» **Exercise aim**:
Which lines of the records below contain the string "Locations"? Report each of them.

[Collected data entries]
----------------

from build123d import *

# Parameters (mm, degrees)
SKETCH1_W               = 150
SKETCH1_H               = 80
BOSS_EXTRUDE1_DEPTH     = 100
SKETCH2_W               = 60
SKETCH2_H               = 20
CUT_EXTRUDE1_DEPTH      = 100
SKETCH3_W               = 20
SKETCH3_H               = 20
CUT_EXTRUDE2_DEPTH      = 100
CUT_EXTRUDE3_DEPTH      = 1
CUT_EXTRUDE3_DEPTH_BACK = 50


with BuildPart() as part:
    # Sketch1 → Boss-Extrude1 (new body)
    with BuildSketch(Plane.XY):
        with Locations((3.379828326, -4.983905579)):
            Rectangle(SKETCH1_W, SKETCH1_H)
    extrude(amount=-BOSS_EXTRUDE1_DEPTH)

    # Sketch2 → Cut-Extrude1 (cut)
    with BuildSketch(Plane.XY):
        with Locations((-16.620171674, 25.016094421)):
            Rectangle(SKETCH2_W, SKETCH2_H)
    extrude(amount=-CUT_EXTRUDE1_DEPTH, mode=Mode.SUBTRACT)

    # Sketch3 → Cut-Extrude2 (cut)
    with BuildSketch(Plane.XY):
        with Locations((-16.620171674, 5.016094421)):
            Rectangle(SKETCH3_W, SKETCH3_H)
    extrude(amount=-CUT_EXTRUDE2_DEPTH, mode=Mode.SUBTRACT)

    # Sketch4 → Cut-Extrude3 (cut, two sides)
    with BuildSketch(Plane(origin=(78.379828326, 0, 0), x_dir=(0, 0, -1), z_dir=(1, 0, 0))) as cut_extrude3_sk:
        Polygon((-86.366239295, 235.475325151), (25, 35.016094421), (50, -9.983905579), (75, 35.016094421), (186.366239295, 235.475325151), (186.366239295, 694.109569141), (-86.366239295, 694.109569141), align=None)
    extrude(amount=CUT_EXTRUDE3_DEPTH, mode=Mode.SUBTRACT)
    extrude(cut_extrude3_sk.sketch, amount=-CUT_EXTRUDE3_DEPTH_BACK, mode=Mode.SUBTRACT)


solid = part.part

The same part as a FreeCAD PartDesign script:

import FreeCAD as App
import Part
import Sketcher
from FreeCAD import Vector
Q = App.Units.Quantity

doc = App.newDocument("Part")
params = doc.addObject("Spreadsheet::Sheet", "Params")
for row, (alias, value) in enumerate([
    ("sketch1_width", "150 mm"),
    ("sketch1_height", "80 mm"),
    ("pad1_length", "100 mm"),
    ("sketch2_width", "60 mm"),
    ("sketch2_height", "20 mm"),
    ("pocket1_length", "100 mm"),
    ("sketch3_width", "20 mm"),
    ("pocket2_length", "100 mm"),
    ("pocket3_length", "1 mm"),
    ("pocket3_length2", "50 mm"),
], start=1):
    params.set(f"A{row}", alias)
    params.set(f"B{row}", "=" + value)
    params.setAlias(f"B{row}", alias)

body = doc.addObject("PartDesign::Body", "Body")

# Sketch on XY plane
sketch1 = body.newObject("Sketcher::SketchObject", "Sketch")
sketch1.AttachmentSupport = (doc.getObject("XY_Plane"), [""])
sketch1.MapMode = "FlatFace"
sketch1.addGeometry([
    Part.LineSegment(Vector(-72, 35, 0), Vector(-72, -45, 0)),
    Part.LineSegment(Vector(-72, -45, 0), Vector(78, -45, 0)),
    Part.LineSegment(Vector(78, -45, 0), Vector(78, 35, 0)),
    Part.LineSegment(Vector(78, 35, 0), Vector(-72, 35, 0)),
], False)
sketch1.addConstraint([
    Sketcher.Constraint("Coincident", 0, 2, 1, 1),
    Sketcher.Constraint("Coincident", 1, 2, 2, 1),
    Sketcher.Constraint("Coincident", 2, 2, 3, 1),
    Sketcher.Constraint("Coincident", 3, 2, 0, 1),
    Sketcher.Constraint("Vertical", 0),
    Sketcher.Constraint("Horizontal", 1),
    Sketcher.Constraint("Vertical", 2),
    Sketcher.Constraint("Horizontal", 3),
    Sketcher.Constraint("DistanceX", 1, 1, 1, 2, Q("150 mm")),
    Sketcher.Constraint("DistanceY", 0, 2, 0, 1, Q("80 mm")),
    Sketcher.Constraint("DistanceX", 0, 2, -1, 1, Q("71.620172 mm")),
    Sketcher.Constraint("DistanceY", 0, 2, -1, 1, Q("44.983906 mm")),
])
sketch1.setExpression("Constraints[8]", "Params.sketch1_width")
sketch1.setExpression("Constraints[9]", "Params.sketch1_height")
pad1 = body.newObject("PartDesign::Pad", "Pad")
pad1.Profile = sketch1
pad1.setExpression("Length", "Params.pad1_length")
pad1.Reversed = True

# Sketch on XY plane
sketch2 = body.newObject("Sketcher::SketchObject", "Sketch001")
sketch2.AttachmentSupport = (doc.getObject("XY_Plane"), [""])
sketch2.MapMode = "FlatFace"
sketch2.addGeometry([
    Part.LineSegment(Vector(-47, 35, 0), Vector(-47, 15, 0)),
    Part.LineSegment(Vector(-47, 15, 0), Vector(13, 15, 0)),
    Part.LineSegment(Vector(13, 15, 0), Vector(13, 35, 0)),
    Part.LineSegment(Vector(13, 35, 0), Vector(-47, 35, 0)),
], False)
sketch2.addConstraint([
    Sketcher.Constraint("Coincident", 0, 2, 1, 1),
    Sketcher.Constraint("Coincident", 1, 2, 2, 1),
    Sketcher.Constraint("Coincident", 2, 2, 3, 1),
    Sketcher.Constraint("Coincident", 3, 2, 0, 1),
    Sketcher.Constraint("Vertical", 0),
    Sketcher.Constraint("Horizontal", 1),
    Sketcher.Constraint("Vertical", 2),
    Sketcher.Constraint("Horizontal", 3),
    Sketcher.Constraint("DistanceX", 1, 1, 1, 2, Q("60 mm")),
    Sketcher.Constraint("DistanceY", 0, 2, 0, 1, Q("20 mm")),
    Sketcher.Constraint("DistanceX", 0, 2, -1, 1, Q("46.620172 mm")),
    Sketcher.Constraint("DistanceY", -1, 1, 0, 2, Q("15.016094 mm")),
])
sketch2.setExpression("Constraints[8]", "Params.sketch2_width")
sketch2.setExpression("Constraints[9]", "Params.sketch2_height")
pocket1 = body.newObject("PartDesign::Pocket", "Pocket")
pocket1.Profile = sketch2
pocket1.setExpression("Length", "Params.pocket1_length")

# Sketch on XY plane
sketch3 = body.newObject("Sketcher::SketchObject", "Sketch002")
sketch3.AttachmentSupport = (doc.getObject("XY_Plane"), [""])
sketch3.MapMode = "FlatFace"
sketch3.addGeometry([
    Part.LineSegment(Vector(-27, 15, 0), Vector(-27, -5, 0)),
    Part.LineSegment(Vector(-27, -5, 0), Vector(-7, -5, 0)),
    Part.LineSegment(Vector(-7, -5, 0), Vector(-7, 15, 0)),
    Part.LineSegment(Vector(-7, 15, 0), Vector(-27, 15, 0)),
], False)
sketch3.addConstraint([
    Sketcher.Constraint("Coincident", 0, 2, 1, 1),
    Sketcher.Constraint("Coincident", 1, 2, 2, 1),
    Sketcher.Constraint("Coincident", 2, 2, 3, 1),
    Sketcher.Constraint("Coincident", 3, 2, 0, 1),
    Sketcher.Constraint("Vertical", 0),
    Sketcher.Constraint("Horizontal", 1),
    Sketcher.Constraint("Vertical", 2),
    Sketcher.Constraint("Horizontal", 3),
    Sketcher.Constraint("Equal", 3, 0),
    Sketcher.Constraint("DistanceX", 1, 1, 1, 2, Q("20 mm")),
    Sketcher.Constraint("DistanceX", 0, 2, -1, 1, Q("26.620172 mm")),
    Sketcher.Constraint("DistanceY", 0, 2, -1, 1, Q("4.983906 mm")),
])
sketch3.setExpression("Constraints[9]", "Params.sketch3_width")
pocket2 = body.newObject("PartDesign::Pocket", "Pocket001")
pocket2.Profile = sketch3
pocket2.setExpression("Length", "Params.pocket2_length")

# Sketch on YZ plane
sketch4 = body.newObject("Sketcher::SketchObject", "Sketch003")
sketch4.AttachmentSupport = (doc.getObject("YZ_Plane"), [""])
sketch4.MapMode = "FlatFace"
sketch4.AttachmentOffset = App.Placement(Vector(0, 0, 78.379828), App.Rotation())
sketch4.addGeometry([
    Part.LineSegment(Vector(235, 86, 0), Vector(35, -25, 0)),  # 0
    Part.LineSegment(Vector(35, -25, 0), Vector(-10, -50, 0)),  # 1
    Part.LineSegment(Vector(-10, -50, 0), Vector(35, -75, 0)),  # 2
    Part.LineSegment(Vector(35, -75, 0), Vector(235, -186, 0)),  # 3
    Part.LineSegment(Vector(235, -186, 0), Vector(694, -186, 0)),  # 4
    Part.LineSegment(Vector(694, -186, 0), Vector(694, 86, 0)),  # 5
    Part.LineSegment(Vector(694, 86, 0), Vector(235, 86, 0)),  # 6
], False)
sketch4.addConstraint([
    Sketcher.Constraint("Coincident", 0, 2, 1, 1),
    Sketcher.Constraint("Coincident", 1, 2, 2, 1),
    Sketcher.Constraint("Coincident", 2, 2, 3, 1),
    Sketcher.Constraint("Coincident", 3, 2, 4, 1),
    Sketcher.Constraint("Coincident", 4, 2, 5, 1),
    Sketcher.Constraint("Coincident", 5, 2, 6, 1),
    Sketcher.Constraint("Coincident", 6, 2, 0, 1),
    Sketcher.Constraint("Horizontal", 4),
    Sketcher.Constraint("Vertical", 5),
    Sketcher.Constraint("Horizontal", 6),
    Sketcher.Constraint("Parallel", 0, 1),
    Sketcher.Constraint("Parallel", 2, 3),
    Sketcher.Constraint("Vertical", 0, 2, 2, 2),
    Sketcher.Constraint("Vertical", 3, 2, 6, 2),
    Sketcher.Constraint("Equal", 1, 2),
    Sketcher.Constraint("DistanceY", 0, 2, -1, 1, Q("25 mm")),
    Sketcher.Constraint("DistanceY", 1, 2, -1, 1, Q("50 mm")),
    Sketcher.Constraint("DistanceX", 1, 2, 0, 2, Q("45 mm")),
    Sketcher.Constraint("DistanceY", 5, 1, 5, 2, Q("272.732479 mm")),
    Sketcher.Constraint("DistanceX", 4, 1, 4, 2, Q("458.634244 mm")),
    Sketcher.Constraint("DistanceX", -1, 1, 4, 2, Q("694.109569 mm")),
])
pocket3 = body.newObject("PartDesign::Pocket", "Pocket002")
pocket3.Profile = sketch4
pocket3.Type = "TwoLengths"
pocket3.setExpression("Length", "Params.pocket3_length")
pocket3.setExpression("Length2", "Params.pocket3_length2")
pocket3.Reversed = True

doc.recompute()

----------------

» **Written response**:
        with Locations((3.379828326, -4.983905579)):
        with Locations((-16.620171674, 25.016094421)):
        with Locations((-16.620171674, 5.016094421)):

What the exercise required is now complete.